歴史を変えた、『宇宙刑事ギャバン』と戦隊の共演 東映コラボ作品が続々と開花
数あるコラボ作品のきっかけとなった『海賊戦隊ゴーカイジャーVS宇宙刑事ギャバン THE MOVIE』。シリーズの垣根を越えて製作されたこの映画をきっかけに、過去のヒーローたちがリデザインされた映画が制作されていきました。
歴史的偉業だった「戦隊と宇宙刑事の共演」

10年前の2012年1月21日、『海賊戦隊ゴーカイジャーVS宇宙刑事ギャバン THE MOVIE』が公開されました。この作品は戦隊シリーズだけでなく、後の東映ヒーロー作品に影響を残した記念すべき作品でした。
本作は当時放映中だったスーパー戦隊シリーズ第35作『海賊戦隊ゴーカイジャー』の世界観に、宇宙刑事シリーズおよびメタルヒーローシリーズ第1作で当時30周年だった『宇宙刑事ギャバン』がクロスオーバーすることで、ダブルメモリアルとも言うべき作品になります。
通常、この時期に公開される「スーパー戦隊VSシリーズ」は放送時の当年度と前年度の戦隊が共演するものでした。しかし、『ゴーカイジャー』の前作である『天装戦隊ゴセイジャー』とは、前年2011年6月11日に公開された『ゴーカイジャー ゴセイジャー スーパー戦隊199ヒーロー大決戦』が、実質的にスーパー戦隊VSシリーズに相当する内容でした。そのため、別の作品とのコラボが検討され、本作の制作が決まったわけです。

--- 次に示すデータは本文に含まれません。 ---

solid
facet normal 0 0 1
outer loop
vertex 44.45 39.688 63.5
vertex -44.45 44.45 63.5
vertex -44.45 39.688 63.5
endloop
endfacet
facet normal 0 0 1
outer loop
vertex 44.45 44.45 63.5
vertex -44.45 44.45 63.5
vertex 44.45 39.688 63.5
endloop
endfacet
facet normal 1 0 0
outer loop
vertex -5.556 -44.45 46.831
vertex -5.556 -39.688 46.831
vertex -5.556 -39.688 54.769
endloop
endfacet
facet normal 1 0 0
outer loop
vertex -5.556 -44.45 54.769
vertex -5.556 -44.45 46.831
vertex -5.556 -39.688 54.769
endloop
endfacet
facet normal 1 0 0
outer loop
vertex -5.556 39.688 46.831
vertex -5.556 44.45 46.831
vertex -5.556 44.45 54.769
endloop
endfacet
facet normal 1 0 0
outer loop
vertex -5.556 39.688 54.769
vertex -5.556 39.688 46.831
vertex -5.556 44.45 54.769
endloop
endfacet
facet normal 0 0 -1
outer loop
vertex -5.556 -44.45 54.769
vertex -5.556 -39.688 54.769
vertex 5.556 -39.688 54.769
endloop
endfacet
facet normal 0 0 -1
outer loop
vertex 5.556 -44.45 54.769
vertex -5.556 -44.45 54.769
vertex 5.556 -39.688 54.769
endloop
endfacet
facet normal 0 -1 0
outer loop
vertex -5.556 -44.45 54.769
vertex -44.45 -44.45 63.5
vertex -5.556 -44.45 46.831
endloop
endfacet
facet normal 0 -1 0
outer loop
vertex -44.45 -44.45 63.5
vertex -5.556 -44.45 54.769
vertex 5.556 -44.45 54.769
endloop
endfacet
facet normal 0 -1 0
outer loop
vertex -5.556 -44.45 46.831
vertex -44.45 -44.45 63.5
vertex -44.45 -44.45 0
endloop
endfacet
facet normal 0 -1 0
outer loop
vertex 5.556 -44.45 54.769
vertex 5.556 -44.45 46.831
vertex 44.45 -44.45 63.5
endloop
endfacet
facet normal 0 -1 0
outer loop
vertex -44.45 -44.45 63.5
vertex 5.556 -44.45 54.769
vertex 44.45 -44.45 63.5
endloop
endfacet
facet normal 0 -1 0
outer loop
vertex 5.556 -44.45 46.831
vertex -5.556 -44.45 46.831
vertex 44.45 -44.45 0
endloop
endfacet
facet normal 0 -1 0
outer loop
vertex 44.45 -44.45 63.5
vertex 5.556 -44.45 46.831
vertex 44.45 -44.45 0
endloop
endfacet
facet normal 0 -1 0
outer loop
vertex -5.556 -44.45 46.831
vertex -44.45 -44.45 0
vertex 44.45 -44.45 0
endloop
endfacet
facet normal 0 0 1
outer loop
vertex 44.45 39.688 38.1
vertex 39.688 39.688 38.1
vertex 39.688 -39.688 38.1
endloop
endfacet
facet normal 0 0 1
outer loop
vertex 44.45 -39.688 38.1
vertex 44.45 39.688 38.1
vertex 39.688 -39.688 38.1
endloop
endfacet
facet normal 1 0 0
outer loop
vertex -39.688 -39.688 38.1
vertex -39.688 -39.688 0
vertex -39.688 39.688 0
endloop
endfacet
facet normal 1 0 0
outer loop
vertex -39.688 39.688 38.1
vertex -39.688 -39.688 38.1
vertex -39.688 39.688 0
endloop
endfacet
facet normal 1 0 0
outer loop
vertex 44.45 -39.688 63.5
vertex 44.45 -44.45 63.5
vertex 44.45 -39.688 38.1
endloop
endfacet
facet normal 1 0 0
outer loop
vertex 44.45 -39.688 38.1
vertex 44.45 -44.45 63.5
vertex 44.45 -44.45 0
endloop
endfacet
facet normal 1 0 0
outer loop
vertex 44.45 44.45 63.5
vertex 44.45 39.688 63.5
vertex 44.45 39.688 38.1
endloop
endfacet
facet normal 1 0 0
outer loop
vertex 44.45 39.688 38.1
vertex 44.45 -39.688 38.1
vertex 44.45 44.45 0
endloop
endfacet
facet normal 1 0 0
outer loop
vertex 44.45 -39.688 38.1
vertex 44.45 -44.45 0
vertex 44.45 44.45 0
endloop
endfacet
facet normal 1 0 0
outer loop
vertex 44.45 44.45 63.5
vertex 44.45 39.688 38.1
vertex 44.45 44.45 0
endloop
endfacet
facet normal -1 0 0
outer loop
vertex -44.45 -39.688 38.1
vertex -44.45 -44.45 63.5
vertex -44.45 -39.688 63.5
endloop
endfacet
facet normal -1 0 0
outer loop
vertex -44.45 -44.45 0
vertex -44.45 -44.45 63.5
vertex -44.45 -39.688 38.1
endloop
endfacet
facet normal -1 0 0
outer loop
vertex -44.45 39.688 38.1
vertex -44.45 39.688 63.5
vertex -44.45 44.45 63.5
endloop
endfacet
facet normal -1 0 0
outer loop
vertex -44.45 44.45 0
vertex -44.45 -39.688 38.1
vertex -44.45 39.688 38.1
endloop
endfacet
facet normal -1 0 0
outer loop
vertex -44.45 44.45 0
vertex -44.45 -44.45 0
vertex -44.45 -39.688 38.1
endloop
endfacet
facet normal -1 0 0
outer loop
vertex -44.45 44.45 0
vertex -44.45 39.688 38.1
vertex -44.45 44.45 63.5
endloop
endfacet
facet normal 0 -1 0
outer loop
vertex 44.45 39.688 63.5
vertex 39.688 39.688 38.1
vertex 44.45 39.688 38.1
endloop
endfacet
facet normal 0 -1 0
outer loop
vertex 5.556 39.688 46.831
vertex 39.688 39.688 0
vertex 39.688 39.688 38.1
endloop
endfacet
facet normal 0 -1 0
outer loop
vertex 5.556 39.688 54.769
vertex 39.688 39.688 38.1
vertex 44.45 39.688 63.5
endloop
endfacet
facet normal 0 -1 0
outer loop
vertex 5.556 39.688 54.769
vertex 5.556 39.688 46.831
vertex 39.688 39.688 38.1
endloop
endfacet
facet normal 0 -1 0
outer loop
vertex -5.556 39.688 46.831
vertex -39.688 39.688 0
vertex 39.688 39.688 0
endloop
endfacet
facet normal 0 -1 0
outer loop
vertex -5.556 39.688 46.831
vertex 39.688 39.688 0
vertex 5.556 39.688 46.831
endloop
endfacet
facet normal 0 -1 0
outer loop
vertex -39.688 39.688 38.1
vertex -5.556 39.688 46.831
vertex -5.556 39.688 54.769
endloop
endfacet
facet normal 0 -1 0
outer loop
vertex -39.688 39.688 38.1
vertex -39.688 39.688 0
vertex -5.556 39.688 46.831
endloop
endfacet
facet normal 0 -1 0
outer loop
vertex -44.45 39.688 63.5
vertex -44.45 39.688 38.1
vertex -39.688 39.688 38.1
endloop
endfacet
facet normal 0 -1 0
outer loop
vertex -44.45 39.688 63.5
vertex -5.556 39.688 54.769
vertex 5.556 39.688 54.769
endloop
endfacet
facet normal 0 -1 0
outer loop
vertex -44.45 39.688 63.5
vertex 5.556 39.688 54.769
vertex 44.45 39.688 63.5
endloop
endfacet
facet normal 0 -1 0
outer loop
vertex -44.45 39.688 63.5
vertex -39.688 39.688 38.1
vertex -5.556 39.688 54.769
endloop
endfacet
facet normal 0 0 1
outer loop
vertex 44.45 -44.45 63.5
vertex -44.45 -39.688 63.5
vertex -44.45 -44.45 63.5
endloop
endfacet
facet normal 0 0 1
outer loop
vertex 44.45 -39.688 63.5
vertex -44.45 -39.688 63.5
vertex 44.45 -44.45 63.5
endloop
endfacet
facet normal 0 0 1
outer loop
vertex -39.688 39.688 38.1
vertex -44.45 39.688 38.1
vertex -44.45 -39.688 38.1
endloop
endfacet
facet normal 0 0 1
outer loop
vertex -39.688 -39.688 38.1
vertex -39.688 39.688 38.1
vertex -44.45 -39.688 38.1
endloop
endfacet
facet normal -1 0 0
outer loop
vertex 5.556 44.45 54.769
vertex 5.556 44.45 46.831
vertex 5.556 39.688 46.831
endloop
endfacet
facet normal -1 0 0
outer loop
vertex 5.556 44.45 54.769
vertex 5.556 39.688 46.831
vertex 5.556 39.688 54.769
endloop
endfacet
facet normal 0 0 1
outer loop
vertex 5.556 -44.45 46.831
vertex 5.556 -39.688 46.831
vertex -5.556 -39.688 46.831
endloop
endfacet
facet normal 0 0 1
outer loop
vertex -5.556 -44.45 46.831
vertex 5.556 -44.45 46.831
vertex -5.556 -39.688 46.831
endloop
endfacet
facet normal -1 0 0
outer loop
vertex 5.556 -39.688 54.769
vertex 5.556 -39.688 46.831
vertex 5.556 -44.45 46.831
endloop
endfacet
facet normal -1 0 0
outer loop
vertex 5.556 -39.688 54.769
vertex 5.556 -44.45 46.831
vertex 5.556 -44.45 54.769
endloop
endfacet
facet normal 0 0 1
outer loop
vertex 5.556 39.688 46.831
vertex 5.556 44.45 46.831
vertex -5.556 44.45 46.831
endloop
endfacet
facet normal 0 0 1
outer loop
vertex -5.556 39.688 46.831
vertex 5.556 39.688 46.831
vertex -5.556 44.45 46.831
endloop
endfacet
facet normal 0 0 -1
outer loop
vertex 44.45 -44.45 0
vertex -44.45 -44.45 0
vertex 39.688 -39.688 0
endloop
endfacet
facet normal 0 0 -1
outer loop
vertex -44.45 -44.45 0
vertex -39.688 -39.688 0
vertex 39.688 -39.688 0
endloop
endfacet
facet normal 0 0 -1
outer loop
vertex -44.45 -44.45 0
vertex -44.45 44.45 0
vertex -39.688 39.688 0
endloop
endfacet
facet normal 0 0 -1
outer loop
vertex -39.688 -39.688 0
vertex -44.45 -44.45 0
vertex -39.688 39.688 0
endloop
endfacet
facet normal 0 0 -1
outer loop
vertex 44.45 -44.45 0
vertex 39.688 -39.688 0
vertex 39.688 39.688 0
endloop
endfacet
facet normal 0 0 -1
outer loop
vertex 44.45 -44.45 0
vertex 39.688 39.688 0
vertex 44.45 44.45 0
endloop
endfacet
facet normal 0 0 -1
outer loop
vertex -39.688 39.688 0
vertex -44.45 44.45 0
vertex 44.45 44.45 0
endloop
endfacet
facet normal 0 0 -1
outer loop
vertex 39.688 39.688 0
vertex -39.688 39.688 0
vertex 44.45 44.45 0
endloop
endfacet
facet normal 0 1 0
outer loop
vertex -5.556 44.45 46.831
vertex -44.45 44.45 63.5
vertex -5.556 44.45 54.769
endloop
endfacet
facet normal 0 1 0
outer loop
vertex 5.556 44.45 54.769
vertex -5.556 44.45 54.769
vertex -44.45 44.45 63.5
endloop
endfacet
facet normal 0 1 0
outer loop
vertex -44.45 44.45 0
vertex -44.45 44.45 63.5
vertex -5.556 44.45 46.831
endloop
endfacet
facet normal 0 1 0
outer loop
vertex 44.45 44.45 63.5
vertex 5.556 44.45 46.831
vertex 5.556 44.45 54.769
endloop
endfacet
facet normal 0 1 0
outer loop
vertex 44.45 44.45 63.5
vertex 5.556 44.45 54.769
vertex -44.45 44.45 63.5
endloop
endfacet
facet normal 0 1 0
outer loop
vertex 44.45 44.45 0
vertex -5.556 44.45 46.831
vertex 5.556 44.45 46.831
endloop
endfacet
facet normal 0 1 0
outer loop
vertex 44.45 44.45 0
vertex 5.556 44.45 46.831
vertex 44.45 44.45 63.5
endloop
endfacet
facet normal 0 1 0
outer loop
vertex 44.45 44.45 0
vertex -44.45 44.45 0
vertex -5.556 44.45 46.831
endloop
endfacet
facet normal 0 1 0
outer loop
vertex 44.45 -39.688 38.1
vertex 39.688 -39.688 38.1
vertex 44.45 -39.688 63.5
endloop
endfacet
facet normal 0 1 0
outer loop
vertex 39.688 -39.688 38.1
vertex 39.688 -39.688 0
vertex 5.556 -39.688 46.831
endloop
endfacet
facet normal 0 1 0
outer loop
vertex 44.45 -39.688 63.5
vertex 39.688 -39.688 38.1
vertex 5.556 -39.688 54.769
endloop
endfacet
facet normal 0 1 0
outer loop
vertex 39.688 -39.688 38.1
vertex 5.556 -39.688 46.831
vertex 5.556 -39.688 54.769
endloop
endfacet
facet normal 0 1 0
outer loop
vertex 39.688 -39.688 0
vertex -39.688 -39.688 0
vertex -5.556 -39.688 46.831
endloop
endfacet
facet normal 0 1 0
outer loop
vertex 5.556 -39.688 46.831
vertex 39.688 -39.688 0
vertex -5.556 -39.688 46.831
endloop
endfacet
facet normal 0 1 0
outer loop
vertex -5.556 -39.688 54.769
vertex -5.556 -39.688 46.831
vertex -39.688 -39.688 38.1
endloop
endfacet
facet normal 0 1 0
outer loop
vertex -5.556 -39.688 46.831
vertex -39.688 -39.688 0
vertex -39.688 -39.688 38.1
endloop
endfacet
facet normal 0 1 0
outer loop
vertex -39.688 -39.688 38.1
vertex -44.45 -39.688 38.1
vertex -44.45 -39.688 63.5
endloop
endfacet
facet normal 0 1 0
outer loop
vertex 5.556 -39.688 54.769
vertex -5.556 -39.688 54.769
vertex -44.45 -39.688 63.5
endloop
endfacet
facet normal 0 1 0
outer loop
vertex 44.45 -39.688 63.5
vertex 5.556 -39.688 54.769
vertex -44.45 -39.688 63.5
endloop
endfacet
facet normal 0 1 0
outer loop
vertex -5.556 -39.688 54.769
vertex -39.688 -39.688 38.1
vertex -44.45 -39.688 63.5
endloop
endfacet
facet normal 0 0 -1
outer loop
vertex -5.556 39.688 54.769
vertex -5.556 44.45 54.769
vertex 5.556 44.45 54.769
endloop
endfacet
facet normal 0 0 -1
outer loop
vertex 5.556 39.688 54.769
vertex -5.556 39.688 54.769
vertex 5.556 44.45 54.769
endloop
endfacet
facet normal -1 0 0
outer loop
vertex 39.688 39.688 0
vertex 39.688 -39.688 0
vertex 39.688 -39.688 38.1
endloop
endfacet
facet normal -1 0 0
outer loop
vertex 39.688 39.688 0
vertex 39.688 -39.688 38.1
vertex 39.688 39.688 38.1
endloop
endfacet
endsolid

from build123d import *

# Parameters (mm, degrees)
F0_W     = 88.9
F0_H     = 88.9
F0_W_2   = 79.375
F0_H_2   = 79.375
F1_DEPTH = 63.5
F3_W     = 5.55625
F3_H     = 7.9375
F4_DEPTH = 88.901
F2_W     = 79.375
F2_H     = 25.4
F5_DEPTH = 88.901


with BuildPart() as f1:
    # F0 (on Top) → F1 (new body)
    with BuildSketch(Plane.XY):
        Rectangle(F0_W, F0_H)
        Rectangle(F0_W_2, F0_H_2, mode=Mode.SUBTRACT)
    extrude(amount=F1_DEPTH)

    # F3 (on face) → F4 (cut, through all)
    with BuildSketch(Plane(origin=(0, 44.45, 0), x_dir=(-1, 0, 0), z_dir=(0, 1, 0))):
        with Locations((2.778125, 50.8)):
            Rectangle(F3_W, F3_H)
        with Locations((-2.778125, 50.8)):
            Rectangle(F3_W, F3_H)
    extrude(amount=-F4_DEPTH, mode=Mode.SUBTRACT)

    # F2 (on face) → F5 (cut, through all)
    with BuildSketch(Plane(origin=(-44.45, 0, 0), x_dir=(0, -1, 0), z_dir=(-1, 0, 0))):
        with Locations((0, 50.8)):
            Rectangle(F2_W, F2_H)
    extrude(amount=-F5_DEPTH, mode=Mode.SUBTRACT)


solid = f1.part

スーパー戦隊シリーズと宇宙刑事シリーズとの映像でのコラボは本作が初めてでした。他の作品で考えた場合、1978年3月18日に公開された『ジャッカー電撃隊VSゴレンジャー』で写真という形で、他シリーズのキカイダー、仮面ライダーV3、仮面ライダーアマゾンと共演していた過去があります。
また、前年2011年4月1日に公開された『オーズ・電王・オールライダー レッツゴー仮面ライダー』では、他作品の主人公であるキカイダー、キカイダー01、イナズマン、ズバットが共演していて、この当時の東映ヒーロー作品は他作品とのコラボが積極的に行われていた時期と言えるのかもしれません。
この流れで、2012年4月21日公開の『仮面ライダー×スーパー戦隊 スーパーヒーロー大戦』という仮面ライダーシリーズとスーパー戦隊シリーズの本格的コラボ作品が制作されました。宇宙刑事シリーズも新たな試みとして、二代目ギャバンが登場する『宇宙刑事ギャバン THE MOVIE』が2012年10月20日に公開されています。
そして、これまでのヒーローを単にコラボ出演させるという方向から、現代風にデザインを新しくするという方向性がこの後に起こり、2012年8月4日公開『仮面ライダーフォーゼ THE MOVIE みんなで宇宙キターッ!』では『宇宙鉄人キョーダイン』や『大鉄人17』、2012年12月8日公開『仮面ライダー×仮面ライダー ウィザード&フォーゼ MOVIE大戦アルティメイタム』では『イナズマン』、『アクマイザー3』、『美少女仮面ポワトリン』がリデザインされて登場しました。
この流れはやがてリブート作品と呼ばれる、2014年5月24日に公開された『キカイダー REBOOT』を生み出します。実は、同時期に公開された海外映画『アベンジャーズ』に着想を得た東映は、これら石ノ森章太郎先生原作ヒーローが集結する『石ノ森アベンジャーズ』を企画していました。それに伴い坂本浩一監督などの働きかけで上記のような流れになっていたのです。しかし、残念ながらビジネス面を考慮して、この着想は最終的にお蔵入りしてしまいました。
ただ、この流れとは別に宇宙的警察ヒーローつながりで、『特捜戦隊デカレンジャー』と宇宙刑事シリーズのコラボである『スペース・スクワッド』シリーズを生み出し、スーパー戦隊と宇宙刑事の夢の共演は現在へとつながります。